# Win7 erkennt meine Soundkarte nicht.



## 0705 (2. Dezember 2009)

Hallo!

Nachdem ich jetzt Win7 installiert habe stehe ich vor dem Problem, dass meine Soundblaster Live! Drive II Karte nicht erkannt wird. Ich hatte mir jetzt einen relativ neuen Treiber heruntergeladen (hoffentlich den richtigen), doch beim ausführen der Installation erkennt er keine Soundkarte.

Ich habe laut meinen Motherboard-Ausgängen hinten scheinbar auch eine OnBoard Soundkarte, die es zur Not auch tun würde...doch diese kann ich im BIOS nicht finden um sie zu aktivieren.

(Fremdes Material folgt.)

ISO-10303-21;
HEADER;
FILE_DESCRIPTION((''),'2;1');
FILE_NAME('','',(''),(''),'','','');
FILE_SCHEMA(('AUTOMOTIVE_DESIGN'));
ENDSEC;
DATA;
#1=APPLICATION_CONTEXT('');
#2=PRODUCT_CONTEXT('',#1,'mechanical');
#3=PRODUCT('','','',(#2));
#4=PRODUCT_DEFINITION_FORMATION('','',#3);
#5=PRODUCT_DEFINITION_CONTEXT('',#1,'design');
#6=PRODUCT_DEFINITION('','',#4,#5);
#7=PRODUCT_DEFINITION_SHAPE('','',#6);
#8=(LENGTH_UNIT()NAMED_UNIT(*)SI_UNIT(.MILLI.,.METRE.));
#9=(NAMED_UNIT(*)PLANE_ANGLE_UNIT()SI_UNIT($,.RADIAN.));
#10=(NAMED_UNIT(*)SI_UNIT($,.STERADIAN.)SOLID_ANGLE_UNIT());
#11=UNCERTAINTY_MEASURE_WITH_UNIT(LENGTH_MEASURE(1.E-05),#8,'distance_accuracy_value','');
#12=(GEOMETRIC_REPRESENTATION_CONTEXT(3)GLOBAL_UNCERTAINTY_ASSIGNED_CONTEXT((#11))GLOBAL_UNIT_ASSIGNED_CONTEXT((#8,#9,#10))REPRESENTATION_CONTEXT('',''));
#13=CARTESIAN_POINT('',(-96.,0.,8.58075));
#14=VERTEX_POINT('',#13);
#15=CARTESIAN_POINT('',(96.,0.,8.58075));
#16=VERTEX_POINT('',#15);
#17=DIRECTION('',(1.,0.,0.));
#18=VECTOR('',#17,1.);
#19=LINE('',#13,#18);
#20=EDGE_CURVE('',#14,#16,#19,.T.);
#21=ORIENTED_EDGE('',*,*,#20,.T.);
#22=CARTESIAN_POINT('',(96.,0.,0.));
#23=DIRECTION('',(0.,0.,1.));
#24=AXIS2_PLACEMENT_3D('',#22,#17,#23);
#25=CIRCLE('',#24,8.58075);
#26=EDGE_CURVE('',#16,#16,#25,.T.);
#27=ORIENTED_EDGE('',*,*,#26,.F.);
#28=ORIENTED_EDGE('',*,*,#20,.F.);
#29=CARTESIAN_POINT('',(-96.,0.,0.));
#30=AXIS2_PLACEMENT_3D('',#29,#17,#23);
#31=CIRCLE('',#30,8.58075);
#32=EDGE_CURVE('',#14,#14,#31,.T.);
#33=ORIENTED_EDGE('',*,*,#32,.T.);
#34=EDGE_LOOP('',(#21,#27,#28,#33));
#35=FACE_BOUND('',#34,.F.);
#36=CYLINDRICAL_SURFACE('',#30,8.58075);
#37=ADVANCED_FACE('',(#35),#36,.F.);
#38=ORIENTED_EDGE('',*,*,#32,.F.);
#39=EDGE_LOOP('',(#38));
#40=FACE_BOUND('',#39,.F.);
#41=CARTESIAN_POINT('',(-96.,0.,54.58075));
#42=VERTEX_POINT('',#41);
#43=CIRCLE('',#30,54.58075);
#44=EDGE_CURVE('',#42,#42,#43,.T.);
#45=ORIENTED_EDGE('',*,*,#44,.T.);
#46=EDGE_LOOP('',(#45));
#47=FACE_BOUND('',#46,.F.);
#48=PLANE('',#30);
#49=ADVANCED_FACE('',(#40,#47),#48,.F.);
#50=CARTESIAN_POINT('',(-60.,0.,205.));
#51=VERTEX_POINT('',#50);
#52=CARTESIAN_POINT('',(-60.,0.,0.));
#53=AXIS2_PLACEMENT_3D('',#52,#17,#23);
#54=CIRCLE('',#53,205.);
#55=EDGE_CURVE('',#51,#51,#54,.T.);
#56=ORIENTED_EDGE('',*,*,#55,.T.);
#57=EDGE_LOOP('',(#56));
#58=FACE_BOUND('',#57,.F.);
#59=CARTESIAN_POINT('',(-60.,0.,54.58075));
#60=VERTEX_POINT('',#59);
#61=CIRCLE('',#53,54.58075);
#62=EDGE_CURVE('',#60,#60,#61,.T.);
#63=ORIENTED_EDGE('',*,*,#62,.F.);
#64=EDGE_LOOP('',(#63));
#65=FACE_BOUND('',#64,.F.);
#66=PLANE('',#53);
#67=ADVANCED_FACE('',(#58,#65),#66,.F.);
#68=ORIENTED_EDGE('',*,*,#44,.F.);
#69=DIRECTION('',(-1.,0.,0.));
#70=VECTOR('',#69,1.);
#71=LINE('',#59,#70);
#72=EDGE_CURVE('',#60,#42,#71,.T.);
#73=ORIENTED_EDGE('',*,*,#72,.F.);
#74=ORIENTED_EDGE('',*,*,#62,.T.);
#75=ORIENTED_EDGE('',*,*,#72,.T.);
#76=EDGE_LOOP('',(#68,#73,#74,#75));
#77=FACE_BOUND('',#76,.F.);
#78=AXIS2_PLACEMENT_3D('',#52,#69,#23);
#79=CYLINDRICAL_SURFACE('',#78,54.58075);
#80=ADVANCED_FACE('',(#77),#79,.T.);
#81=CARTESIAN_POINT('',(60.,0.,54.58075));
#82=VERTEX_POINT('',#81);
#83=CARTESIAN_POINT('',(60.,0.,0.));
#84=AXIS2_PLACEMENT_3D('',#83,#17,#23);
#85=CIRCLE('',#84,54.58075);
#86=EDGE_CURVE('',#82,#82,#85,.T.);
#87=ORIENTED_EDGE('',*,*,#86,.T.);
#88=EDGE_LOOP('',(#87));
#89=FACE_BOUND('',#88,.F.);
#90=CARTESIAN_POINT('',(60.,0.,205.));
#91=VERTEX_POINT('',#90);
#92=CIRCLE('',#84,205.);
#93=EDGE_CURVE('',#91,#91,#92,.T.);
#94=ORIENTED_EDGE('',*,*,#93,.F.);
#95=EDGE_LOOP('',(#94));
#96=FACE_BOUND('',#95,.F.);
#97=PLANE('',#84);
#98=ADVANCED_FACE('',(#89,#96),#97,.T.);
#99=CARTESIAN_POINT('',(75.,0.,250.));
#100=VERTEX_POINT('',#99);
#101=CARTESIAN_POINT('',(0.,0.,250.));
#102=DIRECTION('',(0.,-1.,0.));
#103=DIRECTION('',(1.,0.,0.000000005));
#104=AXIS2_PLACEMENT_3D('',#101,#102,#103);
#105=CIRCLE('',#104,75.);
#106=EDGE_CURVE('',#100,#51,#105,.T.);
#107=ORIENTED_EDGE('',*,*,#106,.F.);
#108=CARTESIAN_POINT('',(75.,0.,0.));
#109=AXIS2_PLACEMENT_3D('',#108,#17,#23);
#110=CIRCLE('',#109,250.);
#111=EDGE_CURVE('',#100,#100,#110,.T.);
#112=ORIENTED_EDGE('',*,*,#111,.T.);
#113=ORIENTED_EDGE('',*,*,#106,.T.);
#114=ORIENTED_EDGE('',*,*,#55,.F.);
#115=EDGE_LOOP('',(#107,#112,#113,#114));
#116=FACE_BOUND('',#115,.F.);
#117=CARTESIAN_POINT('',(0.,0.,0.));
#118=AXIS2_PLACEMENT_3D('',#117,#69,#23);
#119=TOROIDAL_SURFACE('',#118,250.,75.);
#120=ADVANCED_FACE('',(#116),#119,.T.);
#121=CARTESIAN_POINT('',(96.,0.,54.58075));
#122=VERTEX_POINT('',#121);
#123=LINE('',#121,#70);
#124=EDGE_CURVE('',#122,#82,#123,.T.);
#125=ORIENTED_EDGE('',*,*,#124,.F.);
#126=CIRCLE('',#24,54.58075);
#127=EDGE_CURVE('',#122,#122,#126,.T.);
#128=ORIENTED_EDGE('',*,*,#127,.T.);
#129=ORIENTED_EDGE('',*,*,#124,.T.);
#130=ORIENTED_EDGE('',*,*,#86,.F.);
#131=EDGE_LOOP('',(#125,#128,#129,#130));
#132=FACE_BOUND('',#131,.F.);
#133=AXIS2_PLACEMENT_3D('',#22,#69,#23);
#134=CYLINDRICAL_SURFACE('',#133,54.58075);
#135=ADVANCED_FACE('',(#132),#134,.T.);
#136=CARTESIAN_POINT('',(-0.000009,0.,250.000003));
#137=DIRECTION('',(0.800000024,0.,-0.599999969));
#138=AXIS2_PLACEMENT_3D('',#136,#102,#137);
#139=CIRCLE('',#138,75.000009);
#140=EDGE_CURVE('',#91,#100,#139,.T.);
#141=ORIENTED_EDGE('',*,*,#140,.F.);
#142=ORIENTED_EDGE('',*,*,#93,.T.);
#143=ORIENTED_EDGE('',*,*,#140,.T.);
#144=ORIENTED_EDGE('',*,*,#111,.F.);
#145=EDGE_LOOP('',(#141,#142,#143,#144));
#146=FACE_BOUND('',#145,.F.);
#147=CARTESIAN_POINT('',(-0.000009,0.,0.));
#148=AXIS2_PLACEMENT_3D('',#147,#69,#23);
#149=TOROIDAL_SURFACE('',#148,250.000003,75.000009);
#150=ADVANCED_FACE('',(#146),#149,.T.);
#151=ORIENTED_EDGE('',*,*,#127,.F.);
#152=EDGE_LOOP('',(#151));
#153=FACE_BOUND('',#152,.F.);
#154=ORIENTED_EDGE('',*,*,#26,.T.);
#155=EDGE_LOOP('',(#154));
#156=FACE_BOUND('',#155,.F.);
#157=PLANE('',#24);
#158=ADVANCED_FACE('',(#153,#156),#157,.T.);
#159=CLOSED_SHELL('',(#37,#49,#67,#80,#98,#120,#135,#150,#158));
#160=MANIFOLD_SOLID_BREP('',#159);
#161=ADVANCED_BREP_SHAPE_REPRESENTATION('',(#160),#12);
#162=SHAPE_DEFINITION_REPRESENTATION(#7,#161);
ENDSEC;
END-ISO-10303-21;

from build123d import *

# Parameters (mm, degrees)
F3_DEPTH = 25


with BuildPart() as f1:
    # F0 (on Front) → F1 (revolve)
    with BuildSketch(Plane.XZ):
        with BuildLine():
            Line((-96, 54.58075), (-96, 8.58075))
            Line((-96, 8.58075), (96, 8.58075))
            Line((96, 8.58075), (96, 54.58075))
            Line((96, 54.58075), (60, 54.58075))
            Line((60, 54.58075), (60, 205))
            ThreePointArc((60, 205), (0, 175), (-60, 205))
            Line((-60, 205), (-60, 54.58075))
            Line((-60, 54.58075), (-96, 54.58075))
        make_face()
        with BuildLine():
            ThreePointArc((75, 250), (-23.717082, 321.151247), (-60, 205))
            ThreePointArc((-60, 205), (0, 175), (60, 205))
            ThreePointArc((60, 205), (71.151247, 226.282918), (75, 250))
        make_face()
    revolve(axis=Axis((0, 0, 0), (1, 0, 0)))

    # F2 (on face) → F3 (join)
    with BuildSketch(Plane(origin=(-60, 0, 0), x_dir=(0, -1, 0), z_dir=(-1, 0, 0))):
        with BuildLine():
            ThreePointArc((-54.100605, 185.262313), (-60.432679, 179.731135), (-60.307153, 171.324392))
            Line((-60.307153, 171.324392), (-12.55207, 72.159939))
            ThreePointArc((-12.55207, 72.159939), (-8.665392, 67.910717), (-3.079813, 66.509481))
            ThreePointArc((-3.079813, 66.509481), (0, 66.58075), (3.079813, 66.509481))
            ThreePointArc((3.079813, 66.509481), (8.665392, 67.910717), (12.55207, 72.159939))
            Line((12.55207, 72.159939), (60.307153, 171.324392))
            ThreePointArc((60.307153, 171.324392), (60.432679, 179.731135), (54.100605, 185.262313))
            ThreePointArc((54.100605, 185.262313), (0, 193), (-54.100605, 185.262313))
        make_face()
    extrude(amount=-F3_DEPTH)


solid = f1.part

Ich habe vor Kurzem einen TotalCrash gehabt und bis dato lief meine Soundkarte einwandfrei und seitdem habe ich an der Hardware nichts verändert.

Vielleicht könnt ihr mir helfen?

Danke schonmal im Voraus.


----------



## PC Heini (3. Dezember 2009)

Grüss Dich

Bau mal die Soundkarte aus. Vlt muss man den Treiber zuerst installieren, bevor man die Soundkarte einbaut. Wäre immerhin ne Möglichkeit.


----------



## Nico Graichen (3. Dezember 2009)

Hi

Gibt es für die Karte denn überhaupt einen Treiber für Win7


----------



## 0705 (4. Dezember 2009)

Also ausgebaut hatte ich sie schonmal um eventuell eine OnBoard-Soundkarte zu aktivieren. Funktioniert hat das nicht. Im BIOS finde ich keine OnBoard Soundkarte, was sehr eigenartig ist.
Ich habe auch schon überlegt, ob es eventuell wirklich keine Treiber für diese Soundkarte gibt, allerdings bezweifle ich das doch sehr stark. Es muss doch mindestens einen Soundblaster-Treiber geben, der wenigstens die Karte als eine Soundkarte erkennt?! Ich brauch ja nicht das komplette Menü und alle Funktionen...nur eben den Sound.
Wenn ich entsprechende SounblasterLive!Drive Treiber im Netz suche, finde ich nur komplette "Pakete", die dann gleich noch entsprechende Programme zur Nutzung der Soundkarte installieren wollen. Egal ob die Soundkarte ein- oder ausgebaut ist, diese Programme erkennen keine entsprechende Hardware.

...
Im Gerätemanager allerdings erkennt er einen Multimedia Audio Controller.


----------



## PC Heini (4. Dezember 2009)

Und zu welcher Soundkarte würde dieser Kontroller passen?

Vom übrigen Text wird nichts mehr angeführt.